Of course, this being Lifetime it can’t let the melodrama pot just stay on simmer; it starts boiling over when Callie clubs to death Dell Carter (Gabrielle Rose), the local realtor, who refused to give Callie a job as an agent, and it really explodes when Callie lets slip to Nina’s mother Florence (a nice sympathetic-older-woman role by Susan Hogan) that she’s waiting for the father of her baby to divorce his wife and send her back to San Francisco, and Florence unwittingly seals her own doom by telling Callie that she’s allergic to peanuts — whereupon Callie immediately whips up a sponge cake with peanut oil, serves some to Florence and then boosts Florence’s emergency medication from her purse and dangles it teasingly in front of her as she expires from her deathly allergy. (As if ripping off The Great Lie wasn’t enough, writers Steven Frank and Julie Ferber Frank — a married couple, one assumes from the names, which makes a viewer wonder whether they have any children and, if so, how were they conceived: the fun way, or those other ways? — stole from another Bette Davis vehicle, The Little Foxes, as well.) The finale is a fight to the finish between Nina and Callie, who’s finally given birth to a baby girl and threatens to kill the baby if Nina tries to take her; in order to try to get her to lay off, Noah pretends to club Nina with a fireplace poker (or was it a tire wrench, I wasn’t sure) and, when Callie sees through Noah’s trick, she stabs him and leaves him writhing on the floor (given that the other doctor in town is his old grandfather and he’s collapsed, one wonders who’s going to give Noah the medical attention he needs) and Nina, her adrenalin spiked by Callie’s threat to kill the child, rushes her on the stairs and kills her with the sheer force of the blow.

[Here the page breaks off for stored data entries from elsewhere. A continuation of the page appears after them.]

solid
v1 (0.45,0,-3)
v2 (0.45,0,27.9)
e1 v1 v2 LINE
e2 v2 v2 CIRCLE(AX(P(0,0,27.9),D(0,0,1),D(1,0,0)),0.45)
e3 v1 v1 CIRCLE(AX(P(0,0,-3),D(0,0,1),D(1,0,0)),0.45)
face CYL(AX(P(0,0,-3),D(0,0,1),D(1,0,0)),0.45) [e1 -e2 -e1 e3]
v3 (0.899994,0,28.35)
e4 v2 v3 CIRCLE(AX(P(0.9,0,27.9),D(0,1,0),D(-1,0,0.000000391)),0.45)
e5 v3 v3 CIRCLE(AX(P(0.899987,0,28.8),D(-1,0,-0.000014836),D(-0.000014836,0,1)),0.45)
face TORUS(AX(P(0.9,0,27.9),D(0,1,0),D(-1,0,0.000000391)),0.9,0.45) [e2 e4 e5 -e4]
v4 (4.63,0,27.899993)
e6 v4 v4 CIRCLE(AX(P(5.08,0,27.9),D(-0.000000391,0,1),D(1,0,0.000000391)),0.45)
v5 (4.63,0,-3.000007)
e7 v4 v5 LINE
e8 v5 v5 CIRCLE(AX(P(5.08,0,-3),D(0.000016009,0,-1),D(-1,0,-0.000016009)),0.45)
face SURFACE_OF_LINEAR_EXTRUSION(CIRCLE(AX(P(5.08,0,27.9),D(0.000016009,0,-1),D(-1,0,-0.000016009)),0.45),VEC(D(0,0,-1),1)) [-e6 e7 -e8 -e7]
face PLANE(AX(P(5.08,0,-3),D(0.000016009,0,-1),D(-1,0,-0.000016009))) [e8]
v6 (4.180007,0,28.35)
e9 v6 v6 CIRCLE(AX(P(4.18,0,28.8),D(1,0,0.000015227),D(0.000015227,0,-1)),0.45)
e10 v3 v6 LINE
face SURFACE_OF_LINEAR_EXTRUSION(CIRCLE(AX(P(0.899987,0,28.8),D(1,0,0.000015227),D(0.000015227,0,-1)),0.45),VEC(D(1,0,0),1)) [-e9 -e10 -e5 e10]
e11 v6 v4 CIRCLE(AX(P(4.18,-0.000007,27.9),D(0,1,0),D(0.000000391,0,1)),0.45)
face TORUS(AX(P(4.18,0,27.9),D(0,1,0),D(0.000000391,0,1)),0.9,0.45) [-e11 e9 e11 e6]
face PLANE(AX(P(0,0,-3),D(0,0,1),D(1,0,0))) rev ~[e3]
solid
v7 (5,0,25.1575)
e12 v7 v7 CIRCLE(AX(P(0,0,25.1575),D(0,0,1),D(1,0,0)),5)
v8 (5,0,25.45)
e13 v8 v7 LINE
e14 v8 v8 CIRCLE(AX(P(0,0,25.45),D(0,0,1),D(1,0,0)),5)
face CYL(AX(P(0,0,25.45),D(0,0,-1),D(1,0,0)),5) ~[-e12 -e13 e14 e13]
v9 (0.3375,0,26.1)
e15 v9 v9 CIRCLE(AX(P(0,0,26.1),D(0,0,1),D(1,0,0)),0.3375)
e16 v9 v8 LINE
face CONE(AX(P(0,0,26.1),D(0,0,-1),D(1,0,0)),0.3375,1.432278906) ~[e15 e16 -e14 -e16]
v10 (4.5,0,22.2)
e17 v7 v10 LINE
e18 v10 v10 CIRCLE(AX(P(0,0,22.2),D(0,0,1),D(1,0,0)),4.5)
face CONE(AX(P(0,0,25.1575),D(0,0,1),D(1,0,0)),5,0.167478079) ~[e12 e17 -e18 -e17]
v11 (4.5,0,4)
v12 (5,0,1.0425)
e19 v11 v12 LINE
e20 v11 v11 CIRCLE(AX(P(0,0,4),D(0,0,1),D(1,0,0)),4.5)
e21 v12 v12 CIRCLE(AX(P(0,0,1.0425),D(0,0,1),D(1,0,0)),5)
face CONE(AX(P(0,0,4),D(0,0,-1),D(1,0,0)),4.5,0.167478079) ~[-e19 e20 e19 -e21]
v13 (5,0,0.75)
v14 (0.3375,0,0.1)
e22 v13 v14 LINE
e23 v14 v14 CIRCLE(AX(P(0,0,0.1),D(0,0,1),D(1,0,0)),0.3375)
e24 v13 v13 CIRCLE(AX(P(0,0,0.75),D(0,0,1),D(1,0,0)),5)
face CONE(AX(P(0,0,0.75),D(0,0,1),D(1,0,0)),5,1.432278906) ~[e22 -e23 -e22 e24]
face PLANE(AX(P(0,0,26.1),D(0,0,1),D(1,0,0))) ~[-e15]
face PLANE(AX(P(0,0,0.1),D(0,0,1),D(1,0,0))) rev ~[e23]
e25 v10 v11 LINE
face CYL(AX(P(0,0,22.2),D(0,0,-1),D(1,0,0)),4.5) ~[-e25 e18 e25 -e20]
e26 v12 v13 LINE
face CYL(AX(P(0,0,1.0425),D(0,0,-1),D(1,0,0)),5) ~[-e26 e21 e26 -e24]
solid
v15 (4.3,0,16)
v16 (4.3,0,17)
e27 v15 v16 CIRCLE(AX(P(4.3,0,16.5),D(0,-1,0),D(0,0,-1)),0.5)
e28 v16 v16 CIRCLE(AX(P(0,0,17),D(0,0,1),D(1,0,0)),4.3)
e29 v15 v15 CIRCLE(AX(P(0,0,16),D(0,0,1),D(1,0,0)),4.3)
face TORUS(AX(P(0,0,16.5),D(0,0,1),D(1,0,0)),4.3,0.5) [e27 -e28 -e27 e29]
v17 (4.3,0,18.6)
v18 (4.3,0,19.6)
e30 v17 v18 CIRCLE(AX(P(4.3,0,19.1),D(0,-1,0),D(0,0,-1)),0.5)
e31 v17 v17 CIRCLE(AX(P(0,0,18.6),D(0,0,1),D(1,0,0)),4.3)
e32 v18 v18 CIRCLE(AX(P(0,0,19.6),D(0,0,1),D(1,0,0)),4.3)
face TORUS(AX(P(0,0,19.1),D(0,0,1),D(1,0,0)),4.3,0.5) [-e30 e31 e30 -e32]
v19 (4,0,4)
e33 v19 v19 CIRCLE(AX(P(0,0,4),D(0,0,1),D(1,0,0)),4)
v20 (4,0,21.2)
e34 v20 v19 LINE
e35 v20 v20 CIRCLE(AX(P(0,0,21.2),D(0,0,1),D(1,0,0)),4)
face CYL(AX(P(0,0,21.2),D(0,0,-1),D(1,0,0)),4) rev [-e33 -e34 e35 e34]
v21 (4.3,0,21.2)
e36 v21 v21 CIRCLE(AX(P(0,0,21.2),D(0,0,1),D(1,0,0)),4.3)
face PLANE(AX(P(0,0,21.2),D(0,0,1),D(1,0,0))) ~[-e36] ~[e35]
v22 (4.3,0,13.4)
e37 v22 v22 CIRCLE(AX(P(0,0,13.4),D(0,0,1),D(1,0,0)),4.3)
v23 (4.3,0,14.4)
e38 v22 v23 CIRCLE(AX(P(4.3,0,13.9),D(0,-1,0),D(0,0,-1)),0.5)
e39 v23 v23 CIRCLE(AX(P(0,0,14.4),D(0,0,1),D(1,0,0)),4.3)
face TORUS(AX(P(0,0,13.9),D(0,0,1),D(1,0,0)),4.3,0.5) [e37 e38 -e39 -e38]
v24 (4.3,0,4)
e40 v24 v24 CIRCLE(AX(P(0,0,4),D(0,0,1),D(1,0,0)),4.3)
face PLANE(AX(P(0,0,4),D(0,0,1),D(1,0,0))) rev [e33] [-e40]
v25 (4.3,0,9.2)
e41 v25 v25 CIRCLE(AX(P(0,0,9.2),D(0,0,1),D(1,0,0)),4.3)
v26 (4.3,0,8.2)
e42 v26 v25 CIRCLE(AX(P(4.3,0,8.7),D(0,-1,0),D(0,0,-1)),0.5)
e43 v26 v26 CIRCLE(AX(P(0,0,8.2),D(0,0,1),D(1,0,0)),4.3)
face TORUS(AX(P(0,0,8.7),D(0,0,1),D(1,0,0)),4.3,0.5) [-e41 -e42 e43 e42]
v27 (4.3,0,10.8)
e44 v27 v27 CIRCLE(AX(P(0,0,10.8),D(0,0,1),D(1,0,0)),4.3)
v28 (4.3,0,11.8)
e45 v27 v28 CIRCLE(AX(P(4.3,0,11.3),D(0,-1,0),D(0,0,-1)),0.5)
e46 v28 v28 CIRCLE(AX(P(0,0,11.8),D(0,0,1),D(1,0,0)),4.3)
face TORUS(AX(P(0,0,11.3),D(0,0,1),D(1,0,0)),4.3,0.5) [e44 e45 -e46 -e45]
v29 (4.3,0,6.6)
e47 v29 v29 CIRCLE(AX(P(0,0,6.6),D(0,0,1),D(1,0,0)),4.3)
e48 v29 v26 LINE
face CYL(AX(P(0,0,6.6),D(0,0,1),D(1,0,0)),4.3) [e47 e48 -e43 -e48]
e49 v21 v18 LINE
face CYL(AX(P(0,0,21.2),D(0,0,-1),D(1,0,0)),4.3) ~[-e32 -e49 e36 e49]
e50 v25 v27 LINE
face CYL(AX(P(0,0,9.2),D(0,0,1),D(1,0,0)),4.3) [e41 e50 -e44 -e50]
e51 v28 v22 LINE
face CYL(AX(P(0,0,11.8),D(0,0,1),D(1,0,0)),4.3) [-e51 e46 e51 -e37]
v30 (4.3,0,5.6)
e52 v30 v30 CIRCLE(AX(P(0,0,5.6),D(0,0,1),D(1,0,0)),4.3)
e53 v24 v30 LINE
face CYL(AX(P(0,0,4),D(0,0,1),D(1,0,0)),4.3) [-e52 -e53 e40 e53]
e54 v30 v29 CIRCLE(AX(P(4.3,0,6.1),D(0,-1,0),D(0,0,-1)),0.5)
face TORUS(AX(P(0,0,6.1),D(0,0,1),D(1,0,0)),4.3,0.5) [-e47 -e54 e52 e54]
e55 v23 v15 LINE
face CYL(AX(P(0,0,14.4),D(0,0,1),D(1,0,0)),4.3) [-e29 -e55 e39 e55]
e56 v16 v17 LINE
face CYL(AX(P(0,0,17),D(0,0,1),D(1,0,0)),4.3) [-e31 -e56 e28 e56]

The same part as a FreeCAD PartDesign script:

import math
import FreeCAD as App
import Part
import Sketcher
from FreeCAD import Vector
Q = App.Units.Quantity


def add_polygon(sketch, points):
    """Adds a closed chain of lines whose ends are joined by coincident constraints."""
    first, n = sketch.GeometryCount, len(points)
    for a, b in zip(points, points[1:] + points[:1]):
        sketch.addGeometry(Part.LineSegment(App.Vector(*a, 0), App.Vector(*b, 0)), False)
    for i in range(n):
        sketch.addConstraint(Sketcher.Constraint("Coincident", first + i, 2, first + (i + 1) % n, 1))

doc = App.newDocument("Part")
body = doc.addObject("PartDesign::Body", "Body")

# Sketch on XY plane
sketch1 = body.newObject("Sketcher::SketchObject", "Sketch")
sketch1.AttachmentSupport = (doc.getObject("XY_Plane"), [""])
sketch1.MapMode = "FlatFace"
sketch1.AttachmentOffset = App.Placement(Vector(0, 0, -2), App.Rotation())
sketch1.addGeometry(Part.Circle(Vector(0, 0, 0), Vector(0, 0, 1), 0.45), False)
sketch1.addConstraint([
    Sketcher.Constraint("Coincident", 0, 3, -1, 1),
    Sketcher.Constraint("Diameter", 0, Q("0.9 mm")),
])

# Sketch on XZ plane
sketch2 = body.newObject("Sketcher::SketchObject", "Sketch001")
sketch2.AttachmentSupport = (doc.getObject("XZ_Plane"), [""])
sketch2.MapMode = "FlatFace"
sketch2.addGeometry([
    Part.LineSegment(Vector(0, -3, 0), Vector(0, 27.9, 0)),  # 0
    Part.ArcOfCircle(Part.Circle(Vector(0.9, 27.9, 0), Vector(0, 0, 1), 0.9), math.radians(90), math.radians(180)),  # 1
    Part.LineSegment(Vector(0.9, 28.8, 0), Vector(4.2, 28.8, 0)),  # 2
    Part.ArcOfCircle(Part.Circle(Vector(4.2, 27.9, 0), Vector(0, 0, 1), 0.9), math.radians(0), math.radians(90)),  # 3
    Part.LineSegment(Vector(5.1, 27.9, 0), Vector(5.1, -3, 0)),  # 4
], False)
sketch2.addConstraint([
    Sketcher.Constraint("Tangent", 0, 2, 1, 2),
    Sketcher.Constraint("Coincident", 1, 1, 2, 1),
    Sketcher.Constraint("Tangent", 2, 2, 3, 2),
    Sketcher.Constraint("Tangent", 3, 1, 4, 1),
    Sketcher.Constraint("Vertical", 0),
    Sketcher.Constraint("Horizontal", 2),
    Sketcher.Constraint("Vertical", 4),
    Sketcher.Constraint("Equal", 1, 3),
    Sketcher.Constraint("PointOnObject", 0, 1, -2),
    Sketcher.Constraint("Horizontal", 0, 1, 4, 2),
    Sketcher.Constraint("Radius", 1, Q("0.9 mm")),
    Sketcher.Constraint("DistanceY", 0, 1, 0, 2, Q("30.9 mm")),
    Sketcher.Constraint("DistanceY", 0, 1, -1, 1, Q("3 mm")),
    Sketcher.Constraint("DistanceX", -1, 1, 3, 3, Q("4.18 mm")),
    Sketcher.Constraint("DistanceX", 2, 1, 2, 2, Q("3.280013 mm")),
])
doc.recompute()

additivepipe = body.newObject("PartDesign::AdditivePipe", "AdditivePipe")
additivepipe.Profile = sketch1
additivepipe.Spine = (sketch2, ["Edge1", "Edge2", "Edge3", "Edge4", "Edge5"])
body2 = doc.addObject("PartDesign::Body", "Body001")

# Sketch on XZ plane
sketch3 = body2.newObject("Sketcher::SketchObject", "Sketch002")
sketch3.AttachmentSupport = (doc.getObject("XZ_Plane001"), [""])
sketch3.MapMode = "FlatFace"
add_polygon(sketch3, [(0, 26.1), (0, 0.1), (0.34, 0.1), (5, 0.75), (5, 1.04), (4.5, 4), (4.5, 22.2), (5, 25.16), (5, 25.45), (0.34, 26.1)])  # lines 0-9
sketch3.addConstraint([
    Sketcher.Constraint("Vertical", 0),
    Sketcher.Constraint("Horizontal", 1),
    Sketcher.Constraint("Vertical", 3),
    Sketcher.Constraint("Vertical", 5),
    Sketcher.Constraint("Vertical", 7),
    Sketcher.Constraint("Horizontal", 9),
    Sketcher.Constraint("PointOnObject", 0, 2, -2),
    Sketcher.Constraint("Vertical", 3, 2, 6, 2),
    Sketcher.Constraint("Vertical", 1, 2, 8, 2),
    Sketcher.Constraint("Equal", 3, 7),
    Sketcher.Constraint("Equal", 4, 6),
    Sketcher.Constraint("Equal", 2, 8),
    Sketcher.Constraint("DistanceY", 0, 2, 0, 1, Q("26 mm")),
    Sketcher.Constraint("DistanceY", 5, 1, 5, 2, Q("18.2 mm")),
    Sketcher.Constraint("DistanceX", -1, 1, 2, 2, Q("5 mm")),
    Sketcher.Constraint("DistanceY", -1, 1, 4, 2, Q("4 mm")),
    Sketcher.Constraint("DistanceX", -1, 1, 4, 2, Q("4.5 mm")),
    Sketcher.Constraint("DistanceY", 2, 2, 7, 2, Q("24.7 mm")),
    Sketcher.Constraint("DistanceX", 1, 1, 1, 2, Q("0.3375 mm")),
    Sketcher.Constraint("DistanceY", 3, 1, 3, 2, Q("0.2925 mm")),
])
revolution = body2.newObject("PartDesign::Revolution", "Revolution")
revolution.Profile = sketch3
revolution.ReferenceAxis = (sketch3, ["V_Axis"])
revolution.Angle = 360
body3 = doc.addObject("PartDesign::Body", "Body002")

# Sketch on XZ plane
sketch4 = body3.newObject("Sketcher::SketchObject", "Sketch003")
sketch4.AttachmentSupport = (doc.getObject("XZ_Plane002"), [""])
sketch4.MapMode = "FlatFace"
sketch4.addGeometry([
    Part.LineSegment(Vector(4, 21.2, 0), Vector(4, 4, 0)),  # 0
    Part.LineSegment(Vector(4, 4, 0), Vector(4.3, 4, 0)),  # 1
    Part.LineSegment(Vector(4.3, 4, 0), Vector(4.3, 5.6, 0)),  # 2
    Part.ArcOfCircle(Part.Circle(Vector(4.3, 6.1, 0), Vector(0, 0, 1), 0.5), math.radians(-90), math.radians(90)),  # 3
    Part.LineSegment(Vector(4.3, 6.6, 0), Vector(4.3, 8.2, 0)),  # 4
    Part.ArcOfCircle(Part.Circle(Vector(4.3, 8.7, 0), Vector(0, 0, 1), 0.5), math.radians(-90), math.radians(90)),  # 5
    Part.LineSegment(Vector(4.3, 9.2, 0), Vector(4.3, 10.8, 0)),  # 6
    Part.ArcOfCircle(Part.Circle(Vector(4.3, 11.3, 0), Vector(0, 0, 1), 0.5), math.radians(-90), math.radians(90)),  # 7
    Part.LineSegment(Vector(4.3, 11.8, 0), Vector(4.3, 13.4, 0)),  # 8
    Part.ArcOfCircle(Part.Circle(Vector(4.3, 13.9, 0), Vector(0, 0, 1), 0.5), math.radians(-90), math.radians(90)),  # 9
    Part.LineSegment(Vector(4.3, 14.4, 0), Vector(4.3, 16, 0)),  # 10
    Part.ArcOfCircle(Part.Circle(Vector(4.3, 16.5, 0), Vector(0, 0, 1), 0.5), math.radians(-90), math.radians(90)),  # 11
    Part.LineSegment(Vector(4.3, 17, 0), Vector(4.3, 18.6, 0)),  # 12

At time the Franks’ script, directed with all the subtlety of a sledgehammer by Harvey Kahn, makes me wish for the relative restraint of Christine Conradt, and the film is full of plot holes — like why Callie’s previous campaign of terror (she not only knocks off Tess, Nina’s cat ­— ya remember Nina’s cat? — she also kills Dell Carter, and one wonders why no one from whatever sort of police department Mill Crossing has is bothering to investigate the death of a woman found fatally clubbed in a field) hasn’t attracted the attention of the authorities, though one thing the filmmakers did get right (kudos to casting directors Susan Taylor Brouse and Lynne Carrow) is that Tori Spelling and Victoria Pratt look enough alike to make it believable that the personnel at a fertility clinic (aside from Dr. Berke, who’s not in the office when Callie comes in) could implant one’s in vitro fertilized embryos into the other — even though the first time we notice the resemblance the question we’re asking is, “What is this? Is Noah only attracted to this one specific body type of woman?” What makes Hush watchable (aside from those nice shots of Tahmoh Penikett’s chest) is Victoria Pratt’s bad-girl performance; for all the histrionics they put the good people through, Lifetime’s writers and directors do manage to make their villains surprisingly subtle at times, and this is one of those times — we really believe in Callie as put-upon counterperson stuck in a small town whose mild transgressions get her in far more trouble than she deserves, and for all the sillinesses of the Franks’ script they do a good job peeling back the layers of the onion until we see the psychotic evil of Callie’s character.